Methods57 patients > 18 years with newly diagnosed KS within the AMPATH clinic network in Western Kenya were purposively selected to participate in semi-structured interviews stratified by whether they had completed, partially completed, or not completed chemotherapy for advanced stage KS. We based the interview guide and coding framework on the situated Information, Motivation, Behavioral Skills (sIMB) framework, in which the core patient centered IMB constructs are situated into the socioecological context of receiving care.
ResultsOf the 57 participants, the median age was 37 (IQR 32-41) and the majority were male (68%). Notable barriers to chemotherapy initiation and adherence included lack of financial means, difficulty with convenience of appointments such as distance to facility, appointment times, long lines, limited appointments, intrapersonal barriers such as fear or hopelessness, and lack of proper or sufficient information about chemotherapy. Factors that facilitated chemotherapy initiation and adherence included health literacy, motivation to treat symptoms, improvement on chemotherapy, prioritization of self-care, resilience while experiencing side effects, ability to carry out behavioral skills, obtaining national health insurance, and free chemotherapy.

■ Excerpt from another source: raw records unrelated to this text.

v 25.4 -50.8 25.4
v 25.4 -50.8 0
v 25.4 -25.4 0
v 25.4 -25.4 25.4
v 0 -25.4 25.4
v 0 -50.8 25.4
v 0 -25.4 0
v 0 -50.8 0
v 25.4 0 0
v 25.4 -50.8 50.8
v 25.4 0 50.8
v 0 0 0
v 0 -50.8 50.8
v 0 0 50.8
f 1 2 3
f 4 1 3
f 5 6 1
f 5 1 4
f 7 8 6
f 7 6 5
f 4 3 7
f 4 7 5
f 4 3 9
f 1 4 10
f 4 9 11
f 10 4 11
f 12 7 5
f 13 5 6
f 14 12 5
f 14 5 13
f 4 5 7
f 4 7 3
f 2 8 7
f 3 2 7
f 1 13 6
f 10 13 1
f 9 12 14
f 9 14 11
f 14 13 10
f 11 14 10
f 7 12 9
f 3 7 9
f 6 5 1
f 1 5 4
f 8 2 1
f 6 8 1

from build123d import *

# Parameters (mm, degrees)
F0_W     = 25.4
F0_H     = 50.8
F1_DEPTH = 25.4
F2_W     = 25.4
F2_H     = 25.4
F3_DEPTH = 25.4
F4_W     = 25.4
F4_H     = 25.4
F5_DEPTH = 25.4


with BuildPart() as f1:
    # F0 (on Front) → F1 (new body)
    with BuildSketch(Plane.XZ):
        with Locations((12.7, 25.4)):
            Rectangle(F0_W, F0_H)
    extrude(amount=F1_DEPTH)

    # F2 (on face) → F3 (join)
    with BuildSketch(Plane.XZ.offset(25.4)):
        with Locations((12.7, 38.1)):
            Rectangle(F2_W, F2_H)
    extrude(amount=F3_DEPTH)


with BuildPart() as f5:
    # F4 (on face) → F5 (new body)
    with BuildSketch(Plane.YZ.offset(25.4)):
        with Locations((-38.1, 12.7)):
            Rectangle(F4_W, F4_H)
    extrude(amount=-F5_DEPTH)


solid = Compound([f1.part, f5.part])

ConclusionOur findings about the barriers and facilitators to chemotherapy initiation and adherence for KS in Western Kenya support further work that promotes public health campaigns with reliable cancer and chemotherapy information, improves education about the chemotherapy process and side effects, increases oncology service ability, supports enrollment in national health insurance, and increases incorporation of chronic disease care into existing HIV treatment networks.